--- Given data ---

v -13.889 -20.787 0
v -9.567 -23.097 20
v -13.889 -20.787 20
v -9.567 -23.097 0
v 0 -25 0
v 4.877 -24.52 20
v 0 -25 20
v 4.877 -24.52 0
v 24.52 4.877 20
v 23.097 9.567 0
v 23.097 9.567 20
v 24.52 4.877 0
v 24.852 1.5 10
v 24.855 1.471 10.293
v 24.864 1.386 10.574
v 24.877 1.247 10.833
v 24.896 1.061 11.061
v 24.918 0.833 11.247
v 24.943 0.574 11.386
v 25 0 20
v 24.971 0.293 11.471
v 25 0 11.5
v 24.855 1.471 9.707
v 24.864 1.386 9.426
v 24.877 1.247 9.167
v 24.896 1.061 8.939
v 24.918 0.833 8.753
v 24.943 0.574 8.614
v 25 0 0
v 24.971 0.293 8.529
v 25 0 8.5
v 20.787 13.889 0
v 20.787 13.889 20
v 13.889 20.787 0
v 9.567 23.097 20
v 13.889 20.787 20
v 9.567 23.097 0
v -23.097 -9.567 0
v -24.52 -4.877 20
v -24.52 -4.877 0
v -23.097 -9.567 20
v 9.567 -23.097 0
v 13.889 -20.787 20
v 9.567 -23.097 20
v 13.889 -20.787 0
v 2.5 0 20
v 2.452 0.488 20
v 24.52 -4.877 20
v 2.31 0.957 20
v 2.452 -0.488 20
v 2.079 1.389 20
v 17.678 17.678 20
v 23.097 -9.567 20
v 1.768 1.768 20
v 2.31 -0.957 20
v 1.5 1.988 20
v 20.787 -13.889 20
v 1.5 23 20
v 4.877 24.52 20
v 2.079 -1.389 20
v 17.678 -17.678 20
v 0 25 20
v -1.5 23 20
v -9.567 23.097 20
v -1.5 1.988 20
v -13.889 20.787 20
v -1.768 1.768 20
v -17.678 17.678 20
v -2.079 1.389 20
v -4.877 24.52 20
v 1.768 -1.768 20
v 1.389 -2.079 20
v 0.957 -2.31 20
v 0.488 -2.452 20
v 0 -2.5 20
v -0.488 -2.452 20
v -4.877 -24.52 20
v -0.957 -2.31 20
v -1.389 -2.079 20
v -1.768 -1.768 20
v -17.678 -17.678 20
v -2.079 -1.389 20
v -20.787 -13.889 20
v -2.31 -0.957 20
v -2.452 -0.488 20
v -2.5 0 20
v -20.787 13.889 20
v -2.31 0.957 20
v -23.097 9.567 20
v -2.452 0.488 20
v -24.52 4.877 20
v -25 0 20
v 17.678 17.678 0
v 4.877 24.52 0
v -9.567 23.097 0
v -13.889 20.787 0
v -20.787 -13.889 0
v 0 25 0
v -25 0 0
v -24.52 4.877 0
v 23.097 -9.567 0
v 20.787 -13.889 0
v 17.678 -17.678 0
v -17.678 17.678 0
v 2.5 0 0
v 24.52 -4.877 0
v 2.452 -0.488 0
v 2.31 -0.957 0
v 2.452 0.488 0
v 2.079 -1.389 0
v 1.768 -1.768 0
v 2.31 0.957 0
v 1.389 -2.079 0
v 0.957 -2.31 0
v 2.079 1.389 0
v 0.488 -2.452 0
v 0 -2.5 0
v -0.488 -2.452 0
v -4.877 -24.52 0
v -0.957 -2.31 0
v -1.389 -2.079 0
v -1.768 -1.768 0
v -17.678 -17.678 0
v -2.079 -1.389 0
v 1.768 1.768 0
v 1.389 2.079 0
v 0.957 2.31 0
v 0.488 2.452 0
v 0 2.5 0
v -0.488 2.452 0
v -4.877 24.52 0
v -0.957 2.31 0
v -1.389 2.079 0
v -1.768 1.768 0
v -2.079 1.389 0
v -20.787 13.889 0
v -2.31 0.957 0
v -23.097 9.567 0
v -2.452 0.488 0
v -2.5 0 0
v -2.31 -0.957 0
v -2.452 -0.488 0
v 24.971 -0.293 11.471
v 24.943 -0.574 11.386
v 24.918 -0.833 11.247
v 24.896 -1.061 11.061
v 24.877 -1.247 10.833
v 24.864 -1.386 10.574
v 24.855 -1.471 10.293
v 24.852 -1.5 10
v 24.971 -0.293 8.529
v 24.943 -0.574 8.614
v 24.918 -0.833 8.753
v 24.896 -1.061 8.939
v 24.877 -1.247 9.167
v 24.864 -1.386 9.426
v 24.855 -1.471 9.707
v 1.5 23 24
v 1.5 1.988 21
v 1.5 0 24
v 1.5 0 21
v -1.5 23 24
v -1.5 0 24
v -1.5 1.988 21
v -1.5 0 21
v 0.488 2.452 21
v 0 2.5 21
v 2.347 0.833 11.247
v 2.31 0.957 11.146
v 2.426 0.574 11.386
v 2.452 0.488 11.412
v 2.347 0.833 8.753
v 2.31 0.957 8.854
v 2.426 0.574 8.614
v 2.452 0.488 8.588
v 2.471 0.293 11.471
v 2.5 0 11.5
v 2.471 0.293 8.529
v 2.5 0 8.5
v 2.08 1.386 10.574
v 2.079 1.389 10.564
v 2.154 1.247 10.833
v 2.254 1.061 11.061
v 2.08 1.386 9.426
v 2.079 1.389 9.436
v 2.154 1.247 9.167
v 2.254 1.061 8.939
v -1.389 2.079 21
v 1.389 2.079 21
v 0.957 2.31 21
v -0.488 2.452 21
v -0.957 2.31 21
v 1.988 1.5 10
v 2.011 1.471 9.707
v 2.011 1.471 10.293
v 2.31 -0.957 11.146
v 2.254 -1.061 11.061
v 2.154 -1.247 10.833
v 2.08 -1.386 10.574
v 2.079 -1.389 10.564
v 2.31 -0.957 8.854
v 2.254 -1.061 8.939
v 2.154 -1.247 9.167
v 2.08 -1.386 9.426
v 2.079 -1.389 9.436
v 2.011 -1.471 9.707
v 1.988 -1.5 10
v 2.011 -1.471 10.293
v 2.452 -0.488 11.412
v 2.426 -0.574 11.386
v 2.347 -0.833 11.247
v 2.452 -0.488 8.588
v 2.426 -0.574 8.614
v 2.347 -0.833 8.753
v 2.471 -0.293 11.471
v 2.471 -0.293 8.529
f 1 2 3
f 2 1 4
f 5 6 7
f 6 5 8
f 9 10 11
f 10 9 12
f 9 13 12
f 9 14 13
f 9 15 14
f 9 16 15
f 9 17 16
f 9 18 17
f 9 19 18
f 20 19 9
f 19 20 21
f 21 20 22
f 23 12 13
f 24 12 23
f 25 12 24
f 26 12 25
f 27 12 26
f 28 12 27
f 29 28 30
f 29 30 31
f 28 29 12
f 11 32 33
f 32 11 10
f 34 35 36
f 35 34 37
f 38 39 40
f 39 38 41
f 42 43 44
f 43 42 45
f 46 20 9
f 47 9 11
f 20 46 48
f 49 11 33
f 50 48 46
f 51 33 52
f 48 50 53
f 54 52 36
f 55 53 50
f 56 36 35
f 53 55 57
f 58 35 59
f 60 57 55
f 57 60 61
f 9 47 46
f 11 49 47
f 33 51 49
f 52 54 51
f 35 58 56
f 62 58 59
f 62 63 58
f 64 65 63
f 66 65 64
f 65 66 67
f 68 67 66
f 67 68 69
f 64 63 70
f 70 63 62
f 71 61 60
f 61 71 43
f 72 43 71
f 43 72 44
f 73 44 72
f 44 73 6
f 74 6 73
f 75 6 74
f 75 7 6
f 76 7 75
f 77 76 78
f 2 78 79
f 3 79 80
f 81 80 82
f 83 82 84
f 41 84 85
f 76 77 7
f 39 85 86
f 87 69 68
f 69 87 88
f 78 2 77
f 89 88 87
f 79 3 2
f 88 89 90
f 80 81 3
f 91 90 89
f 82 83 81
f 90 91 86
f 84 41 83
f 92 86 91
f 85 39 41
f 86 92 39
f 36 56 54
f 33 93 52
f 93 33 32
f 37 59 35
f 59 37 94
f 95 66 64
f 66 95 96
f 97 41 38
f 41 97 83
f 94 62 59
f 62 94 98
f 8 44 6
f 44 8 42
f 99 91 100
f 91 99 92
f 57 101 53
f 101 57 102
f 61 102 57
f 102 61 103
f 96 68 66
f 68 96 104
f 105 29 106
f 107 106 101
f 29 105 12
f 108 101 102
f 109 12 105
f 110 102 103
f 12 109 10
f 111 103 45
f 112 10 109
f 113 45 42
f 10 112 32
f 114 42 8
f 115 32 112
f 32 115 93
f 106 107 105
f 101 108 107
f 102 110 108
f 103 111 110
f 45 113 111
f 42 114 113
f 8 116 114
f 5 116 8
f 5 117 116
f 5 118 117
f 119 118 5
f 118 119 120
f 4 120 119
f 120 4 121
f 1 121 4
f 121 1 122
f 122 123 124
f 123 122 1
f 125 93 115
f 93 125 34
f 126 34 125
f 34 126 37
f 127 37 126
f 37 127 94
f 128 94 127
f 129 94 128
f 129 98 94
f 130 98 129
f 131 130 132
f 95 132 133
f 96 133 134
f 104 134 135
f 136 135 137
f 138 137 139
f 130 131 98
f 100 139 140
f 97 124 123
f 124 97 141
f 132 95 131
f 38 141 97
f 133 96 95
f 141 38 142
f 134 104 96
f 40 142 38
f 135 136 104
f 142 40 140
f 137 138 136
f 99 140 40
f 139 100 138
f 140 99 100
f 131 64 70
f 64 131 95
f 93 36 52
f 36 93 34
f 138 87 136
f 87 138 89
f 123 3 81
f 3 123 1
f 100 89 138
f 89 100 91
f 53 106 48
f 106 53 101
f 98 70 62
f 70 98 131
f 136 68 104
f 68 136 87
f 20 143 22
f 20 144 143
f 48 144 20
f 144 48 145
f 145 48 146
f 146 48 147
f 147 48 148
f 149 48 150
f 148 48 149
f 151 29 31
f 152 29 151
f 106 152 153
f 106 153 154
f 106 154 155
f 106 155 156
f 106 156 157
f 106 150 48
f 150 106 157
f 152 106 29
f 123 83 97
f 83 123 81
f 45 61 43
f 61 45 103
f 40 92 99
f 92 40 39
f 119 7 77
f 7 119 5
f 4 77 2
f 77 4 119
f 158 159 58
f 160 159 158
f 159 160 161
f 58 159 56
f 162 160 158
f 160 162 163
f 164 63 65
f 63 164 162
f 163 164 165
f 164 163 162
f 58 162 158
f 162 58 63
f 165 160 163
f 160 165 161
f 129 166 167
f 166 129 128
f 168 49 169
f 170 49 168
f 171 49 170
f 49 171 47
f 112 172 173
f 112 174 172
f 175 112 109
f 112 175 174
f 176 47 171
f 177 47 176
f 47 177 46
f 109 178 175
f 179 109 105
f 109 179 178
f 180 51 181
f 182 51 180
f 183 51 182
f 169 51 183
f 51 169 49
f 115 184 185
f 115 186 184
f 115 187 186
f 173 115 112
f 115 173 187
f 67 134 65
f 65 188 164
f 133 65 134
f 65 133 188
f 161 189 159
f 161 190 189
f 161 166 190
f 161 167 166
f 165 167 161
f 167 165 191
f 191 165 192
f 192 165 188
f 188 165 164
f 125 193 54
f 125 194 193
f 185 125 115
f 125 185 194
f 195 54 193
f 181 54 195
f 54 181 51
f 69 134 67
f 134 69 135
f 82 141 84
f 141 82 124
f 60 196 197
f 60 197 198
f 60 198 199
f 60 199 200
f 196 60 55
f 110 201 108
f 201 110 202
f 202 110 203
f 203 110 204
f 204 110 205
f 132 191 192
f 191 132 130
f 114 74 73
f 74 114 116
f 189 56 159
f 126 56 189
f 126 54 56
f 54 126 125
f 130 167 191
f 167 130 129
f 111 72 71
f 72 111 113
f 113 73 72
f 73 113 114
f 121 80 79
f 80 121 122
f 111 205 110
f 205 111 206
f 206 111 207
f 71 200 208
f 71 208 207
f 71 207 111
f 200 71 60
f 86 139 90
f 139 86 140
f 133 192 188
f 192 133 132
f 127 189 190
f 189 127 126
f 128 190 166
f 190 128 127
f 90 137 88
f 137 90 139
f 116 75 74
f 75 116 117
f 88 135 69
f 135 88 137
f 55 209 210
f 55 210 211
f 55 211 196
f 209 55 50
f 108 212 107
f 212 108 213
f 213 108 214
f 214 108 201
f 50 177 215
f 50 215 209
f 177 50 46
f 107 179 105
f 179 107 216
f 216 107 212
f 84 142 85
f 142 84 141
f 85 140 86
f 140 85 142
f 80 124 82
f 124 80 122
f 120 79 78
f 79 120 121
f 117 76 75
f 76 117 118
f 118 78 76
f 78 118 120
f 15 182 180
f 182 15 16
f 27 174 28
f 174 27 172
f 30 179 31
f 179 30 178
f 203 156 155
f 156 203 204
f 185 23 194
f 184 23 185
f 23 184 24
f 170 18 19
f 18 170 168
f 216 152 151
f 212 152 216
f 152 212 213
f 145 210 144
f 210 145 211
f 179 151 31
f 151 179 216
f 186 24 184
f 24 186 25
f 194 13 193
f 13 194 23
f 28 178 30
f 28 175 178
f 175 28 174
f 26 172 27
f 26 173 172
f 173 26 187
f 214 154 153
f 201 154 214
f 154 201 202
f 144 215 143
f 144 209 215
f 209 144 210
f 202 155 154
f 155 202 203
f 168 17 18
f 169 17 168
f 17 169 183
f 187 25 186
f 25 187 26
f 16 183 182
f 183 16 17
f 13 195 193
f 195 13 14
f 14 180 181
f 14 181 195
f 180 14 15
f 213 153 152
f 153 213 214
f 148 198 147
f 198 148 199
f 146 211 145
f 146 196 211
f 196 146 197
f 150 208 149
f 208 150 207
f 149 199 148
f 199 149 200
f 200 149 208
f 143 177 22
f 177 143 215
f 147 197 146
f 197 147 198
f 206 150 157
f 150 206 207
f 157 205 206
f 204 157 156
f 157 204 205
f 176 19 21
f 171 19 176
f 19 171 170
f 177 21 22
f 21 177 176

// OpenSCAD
$fn = 32;

// ----------------------------------------------------------------------
// Control knob: pointer knob
// ----------------------------------------------------------------------

// --- parameters (mm) ---
rib_w = 3;                // pointer rib width
rib_h = 5;                // pointer rib height
knob_d = 50;              // knob body diameter
knob_h = 20;              // knob body height
bore_d = 5;               // shaft bore diameter
set_d = 3;                // set screw bore diameter
fit_tol = 0.1;            // tolerance for press fits, mm
free_tol = 0.5;           // tolerance for clearance fits, mm

rib_poke = rib_h - 1;  // rib height above the top
total_h = knob_h + rib_h - 1;  // overall height

difference() {
  union() {
    cylinder(h = knob_h, d = knob_d);
    translate([-rib_w / 2, 0, knob_h - 1])
      cube([rib_w, knob_d / 2 - 2, rib_h]);
  }
  translate([0, 0, -1]) cylinder(h = knob_h + 2, d = bore_d);
  translate([-1, 0, knob_h / 2]) rotate([0, 90, 0])
    cylinder(h = knob_d / 2 + bore_d / 2 + 2, d = set_d);}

---

• Brief
Keep both end lines and retype everything in the records above from the line containing "f 148 48 149" through the line containing "f 179 107 216", exactly, with nothing else.

• Task answer
f 148 48 149
f 151 29 31
f 152 29 151
f 106 152 153
f 106 153 154
f 106 154 155
f 106 155 156
f 106 156 157
f 106 150 48
f 150 106 157
f 152 106 29
f 123 83 97
f 83 123 81
f 45 61 43
f 61 45 103
f 40 92 99
f 92 40 39
f 119 7 77
f 7 119 5
f 4 77 2
f 77 4 119
f 158 159 58
f 160 159 158
f 159 160 161
f 58 159 56
f 162 160 158
f 160 162 163
f 164 63 65
f 63 164 162
f 163 164 165
f 164 163 162
f 58 162 158
f 162 58 63
f 165 160 163
f 160 165 161
f 129 166 167
f 166 129 128
f 168 49 169
f 170 49 168
f 171 49 170
f 49 171 47
f 112 172 173
f 112 174 172
f 175 112 109
f 112 175 174
f 176 47 171
f 177 47 176
f 47 177 46
f 109 178 175
f 179 109 105
f 109 179 178
f 180 51 181
f 182 51 180
f 183 51 182
f 169 51 183
f 51 169 49
f 115 184 185
f 115 186 184
f 115 187 186
f 173 115 112
f 115 173 187
f 67 134 65
f 65 188 164
f 133 65 134
f 65 133 188
f 161 189 159
f 161 190 189
f 161 166 190
f 161 167 166
f 165 167 161
f 167 165 191
f 191 165 192
f 192 165 188
f 188 165 164
f 125 193 54
f 125 194 193
f 185 125 115
f 125 185 194
f 195 54 193
f 181 54 195
f 54 181 51
f 69 134 67
f 134 69 135
f 82 141 84
f 141 82 124
f 60 196 197
f 60 197 198
f 60 198 199
f 60 199 200
f 196 60 55
f 110 201 108
f 201 110 202
f 202 110 203
f 203 110 204
f 204 110 205
f 132 191 192
f 191 132 130
f 114 74 73
f 74 114 116
f 189 56 159
f 126 56 189
f 126 54 56
f 54 126 125
f 130 167 191
f 167 130 129
f 111 72 71
f 72 111 113
f 113 73 72
f 73 113 114
f 121 80 79
f 80 121 122
f 111 205 110
f 205 111 206
f 206 111 207
f 71 200 208
f 71 208 207
f 71 207 111
f 200 71 60
f 86 139 90
f 139 86 140
f 133 192 188
f 192 133 132
f 127 189 190
f 189 127 126
f 128 190 166
f 190 128 127
f 90 137 88
f 137 90 139
f 116 75 74
f 75 116 117
f 88 135 69
f 135 88 137
f 55 209 210
f 55 210 211
f 55 211 196
f 209 55 50
f 108 212 107
f 212 108 213
f 213 108 214
f 214 108 201
f 50 177 215
f 50 215 209
f 177 50 46
f 107 179 105
f 179 107 216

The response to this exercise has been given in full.